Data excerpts
== Segment start ==

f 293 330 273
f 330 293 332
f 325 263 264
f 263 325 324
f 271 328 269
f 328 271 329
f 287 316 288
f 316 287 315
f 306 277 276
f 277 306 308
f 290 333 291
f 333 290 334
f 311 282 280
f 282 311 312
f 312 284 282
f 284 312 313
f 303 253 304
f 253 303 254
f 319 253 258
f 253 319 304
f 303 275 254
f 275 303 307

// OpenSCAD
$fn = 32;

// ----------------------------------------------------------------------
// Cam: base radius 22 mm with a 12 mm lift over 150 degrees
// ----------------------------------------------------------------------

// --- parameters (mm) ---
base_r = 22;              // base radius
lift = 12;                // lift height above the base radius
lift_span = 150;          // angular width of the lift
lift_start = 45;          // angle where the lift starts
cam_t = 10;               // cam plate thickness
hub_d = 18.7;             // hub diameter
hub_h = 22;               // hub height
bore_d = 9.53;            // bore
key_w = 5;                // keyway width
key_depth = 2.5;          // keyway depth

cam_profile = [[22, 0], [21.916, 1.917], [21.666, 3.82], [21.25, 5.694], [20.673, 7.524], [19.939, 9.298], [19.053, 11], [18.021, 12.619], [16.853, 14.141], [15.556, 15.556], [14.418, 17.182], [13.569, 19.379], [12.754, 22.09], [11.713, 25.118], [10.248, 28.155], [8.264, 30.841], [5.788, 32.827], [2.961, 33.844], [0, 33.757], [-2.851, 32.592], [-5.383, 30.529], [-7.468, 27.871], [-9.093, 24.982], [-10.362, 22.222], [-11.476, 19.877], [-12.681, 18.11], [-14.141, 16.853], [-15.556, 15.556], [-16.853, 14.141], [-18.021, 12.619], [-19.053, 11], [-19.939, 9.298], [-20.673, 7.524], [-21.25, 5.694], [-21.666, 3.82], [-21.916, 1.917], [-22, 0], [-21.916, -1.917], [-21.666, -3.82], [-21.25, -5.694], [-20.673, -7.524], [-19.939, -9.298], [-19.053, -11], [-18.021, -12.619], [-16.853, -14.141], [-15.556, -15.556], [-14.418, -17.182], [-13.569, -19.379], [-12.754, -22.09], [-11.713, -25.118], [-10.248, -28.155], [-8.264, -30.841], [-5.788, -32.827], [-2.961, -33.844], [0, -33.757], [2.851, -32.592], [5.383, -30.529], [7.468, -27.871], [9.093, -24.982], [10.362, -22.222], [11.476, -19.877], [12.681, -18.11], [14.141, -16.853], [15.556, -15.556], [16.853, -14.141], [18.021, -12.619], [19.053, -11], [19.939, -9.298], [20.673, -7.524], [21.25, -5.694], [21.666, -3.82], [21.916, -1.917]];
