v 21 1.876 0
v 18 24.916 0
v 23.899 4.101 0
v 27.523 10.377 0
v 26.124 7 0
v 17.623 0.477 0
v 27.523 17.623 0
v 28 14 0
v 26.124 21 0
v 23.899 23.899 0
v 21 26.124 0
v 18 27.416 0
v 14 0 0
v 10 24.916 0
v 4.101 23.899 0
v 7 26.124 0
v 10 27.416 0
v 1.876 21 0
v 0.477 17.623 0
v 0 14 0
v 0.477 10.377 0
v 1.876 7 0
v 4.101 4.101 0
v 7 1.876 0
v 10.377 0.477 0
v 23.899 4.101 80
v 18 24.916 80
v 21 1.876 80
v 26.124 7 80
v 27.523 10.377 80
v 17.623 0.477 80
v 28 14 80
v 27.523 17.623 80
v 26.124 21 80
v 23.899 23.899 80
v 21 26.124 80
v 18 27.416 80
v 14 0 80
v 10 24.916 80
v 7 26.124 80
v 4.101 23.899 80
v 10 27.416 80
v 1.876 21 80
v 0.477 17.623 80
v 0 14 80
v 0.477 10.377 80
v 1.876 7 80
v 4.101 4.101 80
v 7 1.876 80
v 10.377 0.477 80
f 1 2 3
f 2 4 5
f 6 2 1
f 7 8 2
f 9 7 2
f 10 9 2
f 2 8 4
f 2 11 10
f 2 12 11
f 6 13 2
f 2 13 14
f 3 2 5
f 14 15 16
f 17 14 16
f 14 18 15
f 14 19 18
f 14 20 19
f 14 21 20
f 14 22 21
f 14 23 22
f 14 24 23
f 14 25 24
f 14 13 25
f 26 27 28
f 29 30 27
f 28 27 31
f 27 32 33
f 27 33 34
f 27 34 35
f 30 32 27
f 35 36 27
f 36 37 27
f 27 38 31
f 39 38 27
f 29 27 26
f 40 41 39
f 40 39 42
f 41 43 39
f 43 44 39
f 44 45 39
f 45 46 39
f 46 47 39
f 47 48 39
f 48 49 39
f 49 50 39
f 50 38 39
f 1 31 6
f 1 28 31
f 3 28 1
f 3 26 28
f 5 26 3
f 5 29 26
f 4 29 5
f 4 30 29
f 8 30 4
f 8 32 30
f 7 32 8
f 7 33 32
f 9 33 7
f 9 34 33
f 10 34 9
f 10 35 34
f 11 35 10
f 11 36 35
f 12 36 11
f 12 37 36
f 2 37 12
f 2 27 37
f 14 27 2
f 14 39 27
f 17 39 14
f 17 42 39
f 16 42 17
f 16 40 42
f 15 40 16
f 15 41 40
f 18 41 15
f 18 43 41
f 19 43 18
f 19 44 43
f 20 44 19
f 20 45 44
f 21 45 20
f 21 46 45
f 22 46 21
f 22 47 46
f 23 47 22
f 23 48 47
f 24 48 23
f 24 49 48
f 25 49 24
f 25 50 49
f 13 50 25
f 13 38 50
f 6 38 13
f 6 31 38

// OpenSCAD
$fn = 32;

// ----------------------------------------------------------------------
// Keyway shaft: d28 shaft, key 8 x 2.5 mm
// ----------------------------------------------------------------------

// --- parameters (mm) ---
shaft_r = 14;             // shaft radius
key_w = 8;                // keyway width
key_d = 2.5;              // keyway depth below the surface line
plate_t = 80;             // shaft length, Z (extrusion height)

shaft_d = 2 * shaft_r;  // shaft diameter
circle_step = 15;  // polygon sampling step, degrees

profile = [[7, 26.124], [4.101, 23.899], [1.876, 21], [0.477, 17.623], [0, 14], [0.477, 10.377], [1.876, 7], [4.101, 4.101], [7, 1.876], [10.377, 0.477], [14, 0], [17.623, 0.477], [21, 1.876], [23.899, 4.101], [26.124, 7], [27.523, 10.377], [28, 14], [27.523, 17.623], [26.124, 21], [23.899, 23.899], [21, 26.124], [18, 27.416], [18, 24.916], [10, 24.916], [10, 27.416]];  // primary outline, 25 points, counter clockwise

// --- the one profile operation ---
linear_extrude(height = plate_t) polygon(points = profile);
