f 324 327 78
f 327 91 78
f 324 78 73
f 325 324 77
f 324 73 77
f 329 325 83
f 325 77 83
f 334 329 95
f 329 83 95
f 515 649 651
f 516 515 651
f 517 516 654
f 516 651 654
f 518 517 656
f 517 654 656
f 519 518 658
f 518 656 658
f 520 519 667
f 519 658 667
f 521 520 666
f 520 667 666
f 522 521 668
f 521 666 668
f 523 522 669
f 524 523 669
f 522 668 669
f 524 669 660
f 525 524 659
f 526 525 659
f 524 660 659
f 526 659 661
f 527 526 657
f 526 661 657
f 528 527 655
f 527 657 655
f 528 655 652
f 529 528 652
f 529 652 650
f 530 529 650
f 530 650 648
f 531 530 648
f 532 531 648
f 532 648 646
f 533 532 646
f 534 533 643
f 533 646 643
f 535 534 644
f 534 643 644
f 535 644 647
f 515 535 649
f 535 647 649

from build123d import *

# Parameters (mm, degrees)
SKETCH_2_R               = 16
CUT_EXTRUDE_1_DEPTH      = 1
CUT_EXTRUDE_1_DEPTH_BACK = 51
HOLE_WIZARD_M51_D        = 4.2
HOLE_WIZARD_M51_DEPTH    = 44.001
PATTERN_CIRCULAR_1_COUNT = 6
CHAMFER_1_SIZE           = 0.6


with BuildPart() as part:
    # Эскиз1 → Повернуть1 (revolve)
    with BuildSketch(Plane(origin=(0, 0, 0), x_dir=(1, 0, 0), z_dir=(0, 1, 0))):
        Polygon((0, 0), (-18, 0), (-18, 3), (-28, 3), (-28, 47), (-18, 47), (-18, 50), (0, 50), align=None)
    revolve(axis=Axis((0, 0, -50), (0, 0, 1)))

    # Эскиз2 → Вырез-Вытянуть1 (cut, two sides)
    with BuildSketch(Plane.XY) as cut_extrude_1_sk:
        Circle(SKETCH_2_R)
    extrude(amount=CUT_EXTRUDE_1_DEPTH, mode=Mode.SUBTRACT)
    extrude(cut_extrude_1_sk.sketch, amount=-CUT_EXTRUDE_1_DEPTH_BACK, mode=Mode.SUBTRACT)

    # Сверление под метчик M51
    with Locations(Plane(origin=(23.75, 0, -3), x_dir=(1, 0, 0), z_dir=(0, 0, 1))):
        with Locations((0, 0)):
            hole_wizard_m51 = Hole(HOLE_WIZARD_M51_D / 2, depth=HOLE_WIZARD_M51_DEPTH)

== Segment end ==

What is required
Each line of the data that holds the word "Mode" should be copied.

Written solution
    extrude(amount=CUT_EXTRUDE_1_DEPTH, mode=Mode.SUBTRACT)
    extrude(cut_extrude_1_sk.sketch, amount=-CUT_EXTRUDE_1_DEPTH_BACK, mode=Mode.SUBTRACT)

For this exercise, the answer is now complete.